> _Task input_

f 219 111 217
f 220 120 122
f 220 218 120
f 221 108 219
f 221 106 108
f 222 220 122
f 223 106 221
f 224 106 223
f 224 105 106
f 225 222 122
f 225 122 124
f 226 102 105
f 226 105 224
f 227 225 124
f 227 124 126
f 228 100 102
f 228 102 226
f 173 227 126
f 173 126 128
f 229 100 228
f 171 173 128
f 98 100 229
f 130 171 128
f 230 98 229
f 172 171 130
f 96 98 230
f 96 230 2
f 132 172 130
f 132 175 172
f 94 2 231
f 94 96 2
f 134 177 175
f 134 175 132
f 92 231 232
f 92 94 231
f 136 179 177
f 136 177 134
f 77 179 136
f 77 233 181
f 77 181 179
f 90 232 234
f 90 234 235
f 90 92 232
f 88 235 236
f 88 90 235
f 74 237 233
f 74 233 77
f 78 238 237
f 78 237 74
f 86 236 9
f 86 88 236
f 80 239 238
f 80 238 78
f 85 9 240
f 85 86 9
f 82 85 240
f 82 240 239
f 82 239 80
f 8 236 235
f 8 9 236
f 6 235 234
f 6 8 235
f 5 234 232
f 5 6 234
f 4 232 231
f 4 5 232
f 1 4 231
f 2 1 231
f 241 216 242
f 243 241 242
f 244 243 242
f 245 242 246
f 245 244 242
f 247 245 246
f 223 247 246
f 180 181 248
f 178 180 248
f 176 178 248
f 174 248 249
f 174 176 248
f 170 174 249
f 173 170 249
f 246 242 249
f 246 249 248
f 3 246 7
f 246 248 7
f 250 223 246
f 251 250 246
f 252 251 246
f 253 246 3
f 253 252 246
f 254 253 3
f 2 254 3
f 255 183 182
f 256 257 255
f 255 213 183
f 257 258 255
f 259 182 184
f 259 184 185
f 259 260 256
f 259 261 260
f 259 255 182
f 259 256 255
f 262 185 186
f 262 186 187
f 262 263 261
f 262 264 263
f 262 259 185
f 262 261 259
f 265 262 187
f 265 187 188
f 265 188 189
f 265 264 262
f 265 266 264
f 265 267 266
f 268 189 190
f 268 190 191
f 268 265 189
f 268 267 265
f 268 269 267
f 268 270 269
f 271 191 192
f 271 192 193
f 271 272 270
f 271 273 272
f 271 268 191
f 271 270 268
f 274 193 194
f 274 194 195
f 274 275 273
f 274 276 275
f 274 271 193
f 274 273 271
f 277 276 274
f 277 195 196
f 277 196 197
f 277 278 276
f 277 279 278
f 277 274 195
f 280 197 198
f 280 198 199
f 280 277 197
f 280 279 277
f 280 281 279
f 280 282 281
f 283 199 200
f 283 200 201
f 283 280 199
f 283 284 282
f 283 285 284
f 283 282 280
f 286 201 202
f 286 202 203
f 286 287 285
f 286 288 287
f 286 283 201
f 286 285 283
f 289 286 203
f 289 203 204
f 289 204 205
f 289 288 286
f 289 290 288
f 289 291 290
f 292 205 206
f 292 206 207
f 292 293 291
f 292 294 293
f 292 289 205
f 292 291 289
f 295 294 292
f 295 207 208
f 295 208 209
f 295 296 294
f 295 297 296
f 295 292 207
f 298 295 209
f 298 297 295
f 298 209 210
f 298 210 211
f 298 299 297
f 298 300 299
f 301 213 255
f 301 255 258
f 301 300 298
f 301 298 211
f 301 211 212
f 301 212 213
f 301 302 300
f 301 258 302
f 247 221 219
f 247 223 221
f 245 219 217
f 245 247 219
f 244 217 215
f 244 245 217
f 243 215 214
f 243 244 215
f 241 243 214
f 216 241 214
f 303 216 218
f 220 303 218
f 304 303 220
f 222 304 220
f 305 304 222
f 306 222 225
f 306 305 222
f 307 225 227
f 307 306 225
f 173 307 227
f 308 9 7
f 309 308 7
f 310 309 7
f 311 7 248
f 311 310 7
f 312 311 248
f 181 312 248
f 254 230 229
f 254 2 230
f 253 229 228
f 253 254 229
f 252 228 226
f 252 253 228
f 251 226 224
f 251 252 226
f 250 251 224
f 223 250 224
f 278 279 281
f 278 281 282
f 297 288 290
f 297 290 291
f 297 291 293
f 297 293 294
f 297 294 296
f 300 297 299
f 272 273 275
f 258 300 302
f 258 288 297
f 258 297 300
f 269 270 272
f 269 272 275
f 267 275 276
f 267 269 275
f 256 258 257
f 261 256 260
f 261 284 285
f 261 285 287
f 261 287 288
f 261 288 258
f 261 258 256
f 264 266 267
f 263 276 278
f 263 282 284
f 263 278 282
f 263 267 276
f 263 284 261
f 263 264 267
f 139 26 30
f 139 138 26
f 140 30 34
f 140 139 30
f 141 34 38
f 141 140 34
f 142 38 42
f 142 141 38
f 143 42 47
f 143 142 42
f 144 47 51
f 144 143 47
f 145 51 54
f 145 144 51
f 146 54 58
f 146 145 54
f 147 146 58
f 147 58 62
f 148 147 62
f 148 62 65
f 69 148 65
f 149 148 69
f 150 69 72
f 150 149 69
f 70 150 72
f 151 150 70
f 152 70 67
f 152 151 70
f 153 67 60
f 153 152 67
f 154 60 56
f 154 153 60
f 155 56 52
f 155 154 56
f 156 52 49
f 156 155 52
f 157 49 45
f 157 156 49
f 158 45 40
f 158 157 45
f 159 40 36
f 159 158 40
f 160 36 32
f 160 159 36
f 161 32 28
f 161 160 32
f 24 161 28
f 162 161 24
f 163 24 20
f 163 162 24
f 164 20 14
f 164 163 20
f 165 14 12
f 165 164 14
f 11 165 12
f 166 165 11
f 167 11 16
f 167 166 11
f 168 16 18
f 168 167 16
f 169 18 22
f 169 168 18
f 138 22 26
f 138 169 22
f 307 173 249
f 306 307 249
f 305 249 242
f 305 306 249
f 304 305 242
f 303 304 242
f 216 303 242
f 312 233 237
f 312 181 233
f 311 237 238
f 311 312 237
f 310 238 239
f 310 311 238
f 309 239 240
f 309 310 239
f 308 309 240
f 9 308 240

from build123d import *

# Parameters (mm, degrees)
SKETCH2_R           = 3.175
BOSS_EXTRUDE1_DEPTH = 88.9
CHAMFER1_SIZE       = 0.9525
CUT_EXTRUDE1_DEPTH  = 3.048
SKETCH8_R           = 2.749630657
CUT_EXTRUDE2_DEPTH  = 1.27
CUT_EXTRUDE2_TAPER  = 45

> _Work order_
What is needed is a word-for-word copy of the records.

> _Exercise output_
f 219 111 217
f 220 120 122
f 220 218 120
f 221 108 219
f 221 106 108
f 222 220 122
f 223 106 221
f 224 106 223
f 224 105 106
f 225 222 122
f 225 122 124
f 226 102 105
f 226 105 224
f 227 225 124
f 227 124 126
f 228 100 102
f 228 102 226
f 173 227 126
f 173 126 128
f 229 100 228
f 171 173 128
f 98 100 229
f 130 171 128
f 230 98 229
f 172 171 130
f 96 98 230
f 96 230 2
f 132 172 130
f 132 175 172
f 94 2 231
f 94 96 2
f 134 177 175
f 134 175 132
f 92 231 232
f 92 94 231
f 136 179 177
f 136 177 134
f 77 179 136
f 77 233 181
f 77 181 179
f 90 232 234
f 90 234 235
f 90 92 232
f 88 235 236
f 88 90 235
f 74 237 233
f 74 233 77
f 78 238 237
f 78 237 74
f 86 236 9
f 86 88 236
f 80 239 238
f 80 238 78
f 85 9 240
f 85 86 9
f 82 85 240
f 82 240 239
f 82 239 80
f 8 236 235
f 8 9 236
f 6 235 234
f 6 8 235
f 5 234 232
f 5 6 234
f 4 232 231
f 4 5 232
f 1 4 231
f 2 1 231
f 241 216 242
f 243 241 242
f 244 243 242
f 245 242 246
f 245 244 242
f 247 245 246
f 223 247 246
f 180 181 248
f 178 180 248
f 176 178 248
f 174 248 249
f 174 176 248
f 170 174 249
f 173 170 249
f 246 242 249
f 246 249 248
f 3 246 7
f 246 248 7
f 250 223 246
f 251 250 246
f 252 251 246
f 253 246 3
f 253 252 246
f 254 253 3
f 2 254 3
f 255 183 182
f 256 257 255
f 255 213 183
f 257 258 255
f 259 182 184
f 259 184 185
f 259 260 256
f 259 261 260
f 259 255 182
f 259 256 255
f 262 185 186
f 262 186 187
f 262 263 261
f 262 264 263
f 262 259 185
f 262 261 259
f 265 262 187
f 265 187 188
f 265 188 189
f 265 264 262
f 265 266 264
f 265 267 266
f 268 189 190
f 268 190 191
f 268 265 189
f 268 267 265
f 268 269 267
f 268 270 269
f 271 191 192
f 271 192 193
f 271 272 270
f 271 273 272
f 271 268 191
f 271 270 268
f 274 193 194
f 274 194 195
f 274 275 273
f 274 276 275
f 274 271 193
f 274 273 271
f 277 276 274
f 277 195 196
f 277 196 197
f 277 278 276
f 277 279 278
f 277 274 195
f 280 197 198
f 280 198 199
f 280 277 197
f 280 279 277
f 280 281 279
f 280 282 281
f 283 199 200
f 283 200 201
f 283 280 199
f 283 284 282
f 283 285 284
f 283 282 280
f 286 201 202
f 286 202 203
f 286 287 285
f 286 288 287
f 286 283 201
f 286 285 283
f 289 286 203
f 289 203 204
f 289 204 205
f 289 288 286
f 289 290 288
f 289 291 290
f 292 205 206
f 292 206 207
f 292 293 291
f 292 294 293
f 292 289 205
f 292 291 289
f 295 294 292
f 295 207 208
f 295 208 209
f 295 296 294
f 295 297 296
f 295 292 207
f 298 295 209
f 298 297 295
f 298 209 210
f 298 210 211
f 298 299 297
f 298 300 299
f 301 213 255
f 301 255 258
f 301 300 298
f 301 298 211
f 301 211 212
f 301 212 213
f 301 302 300
f 301 258 302
f 247 221 219
f 247 223 221
f 245 219 217
f 245 247 219
f 244 217 215
f 244 245 217
f 243 215 214
f 243 244 215
f 241 243 214
f 216 241 214
f 303 216 218
f 220 303 218
f 304 303 220
f 222 304 220
f 305 304 222
f 306 222 225
f 306 305 222
f 307 225 227
f 307 306 225
f 173 307 227
f 308 9 7
f 309 308 7
f 310 309 7
f 311 7 248
f 311 310 7
f 312 311 248
f 181 312 248
f 254 230 229
f 254 2 230
f 253 229 228
f 253 254 229
f 252 228 226
f 252 253 228
f 251 226 224
f 251 252 226
f 250 251 224
f 223 250 224
f 278 279 281
f 278 281 282
f 297 288 290
f 297 290 291
f 297 291 293
f 297 293 294
f 297 294 296
f 300 297 299
f 272 273 275
f 258 300 302
f 258 288 297
f 258 297 300
f 269 270 272
f 269 272 275
f 267 275 276
f 267 269 275
f 256 258 257
f 261 256 260
f 261 284 285
f 261 285 287
f 261 287 288
f 261 288 258
f 261 258 256
f 264 266 267
f 263 276 278
f 263 282 284
f 263 278 282
f 263 267 276
f 263 284 261
f 263 264 267
f 139 26 30
f 139 138 26
f 140 30 34
f 140 139 30
f 141 34 38
f 141 140 34
f 142 38 42
f 142 141 38
f 143 42 47
f 143 142 42
f 144 47 51
f 144 143 47
f 145 51 54
f 145 144 51
f 146 54 58
f 146 145 54
f 147 146 58
f 147 58 62
f 148 147 62
f 148 62 65
f 69 148 65
f 149 148 69
f 150 69 72
f 150 149 69
f 70 150 72
f 151 150 70
f 152 70 67
f 152 151 70
f 153 67 60
f 153 152 67
f 154 60 56
f 154 153 60
f 155 56 52
f 155 154 56
f 156 52 49
f 156 155 52
f 157 49 45
f 157 156 49
f 158 45 40
f 158 157 45
f 159 40 36
f 159 158 40
f 160 36 32
f 160 159 36
f 161 32 28
f 161 160 32
f 24 161 28
f 162 161 24
f 163 24 20
f 163 162 24
f 164 20 14
f 164 163 20
f 165 14 12
f 165 164 14
f 11 165 12
f 166 165 11
f 167 11 16
f 167 166 11
f 168 16 18
f 168 167 16
f 169 18 22
f 169 168 18
f 138 22 26
f 138 169 22
f 307 173 249
f 306 307 249
f 305 249 242
f 305 306 249
f 304 305 242
f 303 304 242
f 216 303 242
f 312 233 237
f 312 181 233
f 311 237 238
f 311 312 237
f 310 238 239
f 310 311 238
f 309 239 240
f 309 310 239
f 308 309 240
f 9 308 240

from build123d import *

# Parameters (mm, degrees)
SKETCH2_R           = 3.175
BOSS_EXTRUDE1_DEPTH = 88.9
CHAMFER1_SIZE       = 0.9525
CUT_EXTRUDE1_DEPTH  = 3.048
SKETCH8_R           = 2.749630657
CUT_EXTRUDE2_DEPTH  = 1.27
CUT_EXTRUDE2_TAPER  = 45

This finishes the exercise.